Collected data
○ ○ ○
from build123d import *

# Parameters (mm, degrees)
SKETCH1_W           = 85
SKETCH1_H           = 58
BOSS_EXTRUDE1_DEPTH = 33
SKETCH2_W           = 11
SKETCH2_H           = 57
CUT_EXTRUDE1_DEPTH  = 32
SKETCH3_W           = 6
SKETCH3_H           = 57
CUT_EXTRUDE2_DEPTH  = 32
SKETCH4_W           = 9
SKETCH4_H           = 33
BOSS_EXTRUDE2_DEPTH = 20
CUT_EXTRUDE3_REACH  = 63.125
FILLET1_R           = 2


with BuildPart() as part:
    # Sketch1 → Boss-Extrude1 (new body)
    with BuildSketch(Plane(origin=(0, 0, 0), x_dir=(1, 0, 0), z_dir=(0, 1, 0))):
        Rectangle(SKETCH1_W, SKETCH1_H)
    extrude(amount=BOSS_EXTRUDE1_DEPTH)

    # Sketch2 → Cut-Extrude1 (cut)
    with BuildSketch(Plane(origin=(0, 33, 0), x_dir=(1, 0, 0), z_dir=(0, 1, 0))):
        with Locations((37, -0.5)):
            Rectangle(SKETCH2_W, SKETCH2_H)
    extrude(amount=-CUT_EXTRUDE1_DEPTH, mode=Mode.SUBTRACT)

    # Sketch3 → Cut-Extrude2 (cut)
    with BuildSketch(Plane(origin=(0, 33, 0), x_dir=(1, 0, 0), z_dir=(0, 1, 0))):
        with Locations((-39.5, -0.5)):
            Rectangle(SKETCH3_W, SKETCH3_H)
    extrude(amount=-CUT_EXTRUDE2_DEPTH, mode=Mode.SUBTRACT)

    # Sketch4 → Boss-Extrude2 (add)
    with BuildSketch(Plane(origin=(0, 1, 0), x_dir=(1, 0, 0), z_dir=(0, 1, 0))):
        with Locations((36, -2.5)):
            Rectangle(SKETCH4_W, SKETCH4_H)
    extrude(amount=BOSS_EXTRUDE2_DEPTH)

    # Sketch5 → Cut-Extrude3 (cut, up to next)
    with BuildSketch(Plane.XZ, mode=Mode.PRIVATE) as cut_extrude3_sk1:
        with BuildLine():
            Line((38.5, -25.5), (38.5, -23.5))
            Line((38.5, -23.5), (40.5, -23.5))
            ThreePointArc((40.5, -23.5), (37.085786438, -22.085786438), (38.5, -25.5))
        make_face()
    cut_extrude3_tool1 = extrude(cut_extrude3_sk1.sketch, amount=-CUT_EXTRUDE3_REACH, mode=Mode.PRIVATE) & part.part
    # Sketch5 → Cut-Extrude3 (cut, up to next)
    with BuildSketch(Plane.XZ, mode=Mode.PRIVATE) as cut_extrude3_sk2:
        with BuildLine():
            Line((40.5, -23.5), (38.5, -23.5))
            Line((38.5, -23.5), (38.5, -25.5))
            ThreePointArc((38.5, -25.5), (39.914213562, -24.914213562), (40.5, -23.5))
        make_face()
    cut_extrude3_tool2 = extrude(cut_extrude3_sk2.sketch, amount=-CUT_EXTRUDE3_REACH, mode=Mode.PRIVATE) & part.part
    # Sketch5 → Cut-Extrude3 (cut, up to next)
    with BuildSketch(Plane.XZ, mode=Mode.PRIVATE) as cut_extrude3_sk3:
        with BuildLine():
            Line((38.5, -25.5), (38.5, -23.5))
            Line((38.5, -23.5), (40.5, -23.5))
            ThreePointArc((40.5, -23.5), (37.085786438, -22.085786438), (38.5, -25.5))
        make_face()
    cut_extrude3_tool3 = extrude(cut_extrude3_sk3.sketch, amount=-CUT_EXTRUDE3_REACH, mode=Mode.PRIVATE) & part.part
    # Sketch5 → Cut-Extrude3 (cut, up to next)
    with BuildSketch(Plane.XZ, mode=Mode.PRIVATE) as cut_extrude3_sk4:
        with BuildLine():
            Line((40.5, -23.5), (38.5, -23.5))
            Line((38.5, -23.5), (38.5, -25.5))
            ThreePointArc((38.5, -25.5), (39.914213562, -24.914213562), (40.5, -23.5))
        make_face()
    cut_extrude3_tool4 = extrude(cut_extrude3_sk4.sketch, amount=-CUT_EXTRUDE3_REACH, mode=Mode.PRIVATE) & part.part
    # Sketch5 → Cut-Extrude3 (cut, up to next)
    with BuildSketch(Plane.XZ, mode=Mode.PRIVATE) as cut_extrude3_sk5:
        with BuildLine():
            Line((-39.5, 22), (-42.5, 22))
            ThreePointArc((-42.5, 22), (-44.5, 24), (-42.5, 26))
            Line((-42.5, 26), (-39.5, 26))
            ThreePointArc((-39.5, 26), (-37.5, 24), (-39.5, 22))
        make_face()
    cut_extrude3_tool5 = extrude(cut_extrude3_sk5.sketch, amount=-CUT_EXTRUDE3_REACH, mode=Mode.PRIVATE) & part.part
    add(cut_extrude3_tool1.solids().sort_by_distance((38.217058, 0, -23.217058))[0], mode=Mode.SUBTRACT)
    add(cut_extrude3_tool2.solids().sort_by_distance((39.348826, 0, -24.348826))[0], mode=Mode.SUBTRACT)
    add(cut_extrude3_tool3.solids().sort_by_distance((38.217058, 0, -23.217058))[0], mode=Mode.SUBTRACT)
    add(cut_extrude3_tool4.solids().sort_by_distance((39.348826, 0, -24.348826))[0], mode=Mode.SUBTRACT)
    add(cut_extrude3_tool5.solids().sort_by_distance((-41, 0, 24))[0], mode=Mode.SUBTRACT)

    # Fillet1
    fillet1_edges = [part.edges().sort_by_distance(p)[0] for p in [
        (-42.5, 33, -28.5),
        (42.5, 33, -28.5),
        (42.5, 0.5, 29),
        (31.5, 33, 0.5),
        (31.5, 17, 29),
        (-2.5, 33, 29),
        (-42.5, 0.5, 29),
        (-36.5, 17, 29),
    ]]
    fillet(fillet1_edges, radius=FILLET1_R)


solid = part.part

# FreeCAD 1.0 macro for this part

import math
import FreeCAD as App
import Part
import Sketcher
from FreeCAD import Vector
Q = App.Units.Quantity


def edges_at(feature, points):
    """Names of the edges that pass closest to the given points."""
    edges = feature.Shape.Edges
    near = lambda p: min(range(len(edges)), key=lambda i: edges[i].distToShape(Part.Vertex(*p))[0])
    return sorted({f"Edge{near(p) + 1}" for p in points})

doc = App.newDocument("Part")
body = doc.addObject("PartDesign::Body", "Body")

# Sketch on XZ plane
sketch1 = body.newObject("Sketcher::SketchObject", "Sketch")
sketch1.AttachmentSupport = (doc.getObject("XZ_Plane"), [""])
sketch1.MapMode = "FlatFace"
sketch1.addGeometry([
    Part.LineSegment(Vector(-42.5, -29, 0), Vector(-42.5, 29, 0)),
    Part.LineSegment(Vector(-42.5, 29, 0), Vector(42.5, 29, 0)),
    Part.LineSegment(Vector(42.5, 29, 0), Vector(42.5, -29, 0)),
    Part.LineSegment(Vector(42.5, -29, 0), Vector(-42.5, -29, 0)),
], False)
sketch1.addConstraint([
    Sketcher.Constraint("Coincident", 0, 2, 1, 1),
    Sketcher.Constraint("Coincident", 1, 2, 2, 1),
    Sketcher.Constraint("Coincident", 2, 2, 3, 1),
    Sketcher.Constraint("Coincident", 3, 2, 0, 1),
    Sketcher.Constraint("Vertical", 0),
    Sketcher.Constraint("Horizontal", 1),
    Sketcher.Constraint("Vertical", 2),
    Sketcher.Constraint("Horizontal", 3),
    Sketcher.Constraint("Symmetric", 0, 2, 2, 2, -1, 1),
    Sketcher.Constraint("DistanceX", 1, 1, 1, 2, Q("85 mm")),
    Sketcher.Constraint("DistanceY", 0, 1, 0, 2, Q("58 mm")),
])
pad1 = body.newObject("PartDesign::Pad", "Pad")
pad1.Profile = sketch1
pad1.Length = 33
pad1.Reversed = True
○ ○ ○
- What is required: Print, exactly as written, the first line of the records above and each line after it until the line with "Rectangle(SKETCH1_W, SKETCH1_H)", which is printed too.

- Output of the exercise:
from build123d import *

# Parameters (mm, degrees)
SKETCH1_W           = 85
SKETCH1_H           = 58
BOSS_EXTRUDE1_DEPTH = 33
SKETCH2_W           = 11
SKETCH2_H           = 57
CUT_EXTRUDE1_DEPTH  = 32
SKETCH3_W           = 6
SKETCH3_H           = 57
CUT_EXTRUDE2_DEPTH  = 32
SKETCH4_W           = 9
SKETCH4_H           = 33
BOSS_EXTRUDE2_DEPTH = 20
CUT_EXTRUDE3_REACH  = 63.125
FILLET1_R           = 2


with BuildPart() as part:
    # Sketch1 → Boss-Extrude1 (new body)
    with BuildSketch(Plane(origin=(0, 0, 0), x_dir=(1, 0, 0), z_dir=(0, 1, 0))):
        Rectangle(SKETCH1_W, SKETCH1_H)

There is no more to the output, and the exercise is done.